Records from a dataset
■ ■ ■ ■ ■ ■ ■

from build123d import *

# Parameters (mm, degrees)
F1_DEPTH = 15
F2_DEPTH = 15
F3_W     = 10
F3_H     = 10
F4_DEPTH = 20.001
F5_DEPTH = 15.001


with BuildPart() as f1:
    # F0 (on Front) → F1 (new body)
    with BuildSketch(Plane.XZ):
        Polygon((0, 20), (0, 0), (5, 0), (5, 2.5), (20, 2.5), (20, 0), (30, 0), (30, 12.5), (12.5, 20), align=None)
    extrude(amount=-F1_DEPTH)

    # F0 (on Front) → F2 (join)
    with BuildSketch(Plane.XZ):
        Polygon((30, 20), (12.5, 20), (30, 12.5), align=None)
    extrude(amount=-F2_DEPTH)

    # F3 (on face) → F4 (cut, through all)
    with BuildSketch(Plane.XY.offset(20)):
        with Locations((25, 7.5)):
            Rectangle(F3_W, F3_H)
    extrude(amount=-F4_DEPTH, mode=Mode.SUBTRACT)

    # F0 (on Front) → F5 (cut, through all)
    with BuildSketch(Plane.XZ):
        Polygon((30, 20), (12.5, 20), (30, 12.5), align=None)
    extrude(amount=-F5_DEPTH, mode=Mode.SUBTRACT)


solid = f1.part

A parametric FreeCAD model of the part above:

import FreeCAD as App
import Part
import Sketcher
from FreeCAD import Vector
Q = App.Units.Quantity

doc = App.newDocument("Part")
body = doc.addObject("PartDesign::Body", "Body")

sketch1 = body.newObject("Sketcher::SketchObject", "Sketch")
sketch1.AttachmentSupport = (doc.getObject("XZ_Plane"), [""])
sketch1.MapMode = "FlatFace"
sketch1.addGeometry([
    Part.LineSegment(Vector(0, 20, 0), Vector(0, 0, 0)),
    Part.LineSegment(Vector(0, 0, 0), Vector(5, 0, 0)),
    Part.LineSegment(Vector(5, 0, 0), Vector(5, 2.5, 0)),
    Part.LineSegment(Vector(5, 2.5, 0), Vector(20, 2.5, 0)),
    Part.LineSegment(Vector(20, 2.5, 0), Vector(20, 0, 0)),
    Part.LineSegment(Vector(20, 0, 0), Vector(30, 0, 0)),
    Part.LineSegment(Vector(30, 0, 0), Vector(30, 12.5, 0)),
    Part.LineSegment(Vector(30, 12.5, 0), Vector(12.5, 20, 0)),
    Part.LineSegment(Vector(12.5, 20, 0), Vector(0, 20, 0)),
], False)
sketch1.addConstraint([
    Sketcher.Constraint("Coincident", 0, 2, 1, 1),
    Sketcher.Constraint("Coincident", 1, 2, 2, 1),
    Sketcher.Constraint("Coincident", 2, 2, 3, 1),
    Sketcher.Constraint("Coincident", 3, 2, 4, 1),
    Sketcher.Constraint("Coincident", 4, 2, 5, 1),
    Sketcher.Constraint("Coincident", 5, 2, 6, 1),
    Sketcher.Constraint("Coincident", 6, 2, 7, 1),
    Sketcher.Constraint("Coincident", 7, 2, 8, 1),
    Sketcher.Constraint("Coincident", 8, 2, 0, 1),
    Sketcher.Constraint("Vertical", 0),
    Sketcher.Constraint("Horizontal", 1),
    Sketcher.Constraint("Vertical", 2),
    Sketcher.Constraint("Horizontal", 3),
    Sketcher.Constraint("Vertical", 4),
    Sketcher.Constraint("Horizontal", 5),
    Sketcher.Constraint("Vertical", 6),
    Sketcher.Constraint("Horizontal", 8),
    Sketcher.Constraint("Coincident", 0, 2, -1, 1),
    Sketcher.Constraint("PointOnObject", 4, 2, -1),
    Sketcher.Constraint("Equal", 8, 6),
    Sketcher.Constraint("DistanceX", 1, 1, 1, 2, Q("5 mm")),
    Sketcher.Constraint("DistanceX", 3, 1, 3, 2, Q("15 mm")),
    Sketcher.Constraint("DistanceX", 5, 1, 5, 2, Q("10 mm")),
    Sketcher.Constraint("DistanceY", 0, 2, 0, 1, Q("20 mm")),
    Sketcher.Constraint("DistanceX", 8, 2, 8, 1, Q("12.5 mm")),
    Sketcher.Constraint("DistanceY", 2, 1, 2, 2, Q("2.5 mm")),
])
pad1 = body.newObject("PartDesign::Pad", "Pad")
pad1.Profile = sketch1
pad1.Length = 15
pad1.Reversed = True

sketch2 = body.newObject("Sketcher::SketchObject", "Sketch001")
sketch2.AttachmentSupport = (doc.getObject("XZ_Plane"), [""])
sketch2.MapMode = "FlatFace"
sketch2.addGeometry([
    Part.LineSegment(Vector(30, 20, 0), Vector(12, 20, 0)),
    Part.LineSegment(Vector(12, 20, 0), Vector(30, 12, 0)),
    Part.LineSegment(Vector(30, 12, 0), Vector(30, 20, 0)),
], False)
sketch2.addConstraint([
    Sketcher.Constraint("Coincident", 0, 2, 1, 1),
    Sketcher.Constraint("Coincident", 1, 2, 2, 1),
    Sketcher.Constraint("Coincident", 2, 2, 0, 1),
    Sketcher.Constraint("Horizontal", 0),
    Sketcher.Constraint("Vertical", 2),
    Sketcher.Constraint("DistanceX", 0, 2, 0, 1, Q("17.5 mm")),
    Sketcher.Constraint("DistanceY", 2, 1, 2, 2, Q("7.5 mm")),
    Sketcher.Constraint("DistanceY", -1, 1, 0, 2, Q("20 mm")),
    Sketcher.Constraint("DistanceX", -1, 1, 1, 2, Q("30 mm")),
])
pad2 = body.newObject("PartDesign::Pad", "Pad001")
pad2.Profile = sketch2
pad2.Length = 15
pad2.Reversed = True

sketch3 = body.newObject("Sketcher::SketchObject", "Sketch002")
sketch3.AttachmentSupport = (doc.getObject("XY_Plane"), [""])
sketch3.MapMode = "FlatFace"
sketch3.AttachmentOffset = App.Placement(Vector(0, 0, 20), App.Rotation())
sketch3.addGeometry([
    Part.LineSegment(Vector(20, 12, 0), Vector(20, 2, 0)),
    Part.LineSegment(Vector(20, 2, 0), Vector(30, 2, 0)),
    Part.LineSegment(Vector(30, 2, 0), Vector(30, 12, 0)),
    Part.LineSegment(Vector(30, 12, 0), Vector(20, 12, 0)),
], False)
sketch3.addConstraint([
    Sketcher.Constraint("Coincident", 0, 2, 1, 1),
    Sketcher.Constraint("Coincident", 1, 2, 2, 1),
    Sketcher.Constraint("Coincident", 2, 2, 3, 1),
    Sketcher.Constraint("Coincident", 3, 2, 0, 1),
    Sketcher.Constraint("Vertical", 0),
    Sketcher.Constraint("Horizontal", 1),
    Sketcher.Constraint("Vertical", 2),
    Sketcher.Constraint("Horizontal", 3),
    Sketcher.Constraint("Equal", 3, 0),
    Sketcher.Constraint("DistanceX", 1, 1, 1, 2, Q("10 mm")),
    Sketcher.Constraint("DistanceX", -1, 1, 0, 2, Q("20 mm")),
    Sketcher.Constraint("DistanceY", -1, 1, 0, 2, Q("2.5 mm")),
])
pocket1 = body.newObject("PartDesign::Pocket", "Pocket")
pocket1.Profile = sketch3
pocket1.Type = "ThroughAll"

sketch4 = body.newObject("Sketcher::SketchObject", "Sketch003")
sketch4.AttachmentSupport = (doc.getObject("XZ_Plane"), [""])
sketch4.MapMode = "FlatFace"
sketch4.addGeometry([
    Part.LineSegment(Vector(30, 20, 0), Vector(12, 20, 0)),
    Part.LineSegment(Vector(12, 20, 0), Vector(30, 12, 0)),
    Part.LineSegment(Vector(30, 12, 0), Vector(30, 20, 0)),
], False)
sketch4.addConstraint([
    Sketcher.Constraint("Coincident", 0, 2, 1, 1),
    Sketcher.Constraint("Coincident", 1, 2, 2, 1),
    Sketcher.Constraint("Coincident", 2, 2, 0, 1),
    Sketcher.Constraint("Horizontal", 0),
    Sketcher.Constraint("Vertical", 2),
    Sketcher.Constraint("DistanceX", 0, 2, 0, 1, Q("17.5 mm")),
    Sketcher.Constraint("DistanceY", 2, 1, 2, 2, Q("7.5 mm")),
    Sketcher.Constraint("DistanceY", -1, 1, 0, 2, Q("20 mm")),
    Sketcher.Constraint("DistanceX", -1, 1, 1, 2, Q("30 mm")),
])
pocket2 = body.newObject("PartDesign::Pocket", "Pocket001")
pocket2.Profile = sketch4
pocket2.Type = "ThroughAll"

doc.recompute()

■ ■ ■ ■ ■ ■ ■

* _Work instructions_
Up to and including the line with "A parametric FreeCAD", output each line of the entries above exactly, starting from the first.

* _Written solution_
from build123d import *

# Parameters (mm, degrees)
F1_DEPTH = 15
F2_DEPTH = 15
F3_W     = 10
F3_H     = 10
F4_DEPTH = 20.001
F5_DEPTH = 15.001


with BuildPart() as f1:
    # F0 (on Front) → F1 (new body)
    with BuildSketch(Plane.XZ):
        Polygon((0, 20), (0, 0), (5, 0), (5, 2.5), (20, 2.5), (20, 0), (30, 0), (30, 12.5), (12.5, 20), align=None)
    extrude(amount=-F1_DEPTH)

    # F0 (on Front) → F2 (join)
    with BuildSketch(Plane.XZ):
        Polygon((30, 20), (12.5, 20), (30, 12.5), align=None)
    extrude(amount=-F2_DEPTH)

    # F3 (on face) → F4 (cut, through all)
    with BuildSketch(Plane.XY.offset(20)):
        with Locations((25, 7.5)):
            Rectangle(F3_W, F3_H)
    extrude(amount=-F4_DEPTH, mode=Mode.SUBTRACT)

    # F0 (on Front) → F5 (cut, through all)
    with BuildSketch(Plane.XZ):
        Polygon((30, 20), (12.5, 20), (30, 12.5), align=None)
    extrude(amount=-F5_DEPTH, mode=Mode.SUBTRACT)


solid = f1.part

A parametric FreeCAD model of the part above:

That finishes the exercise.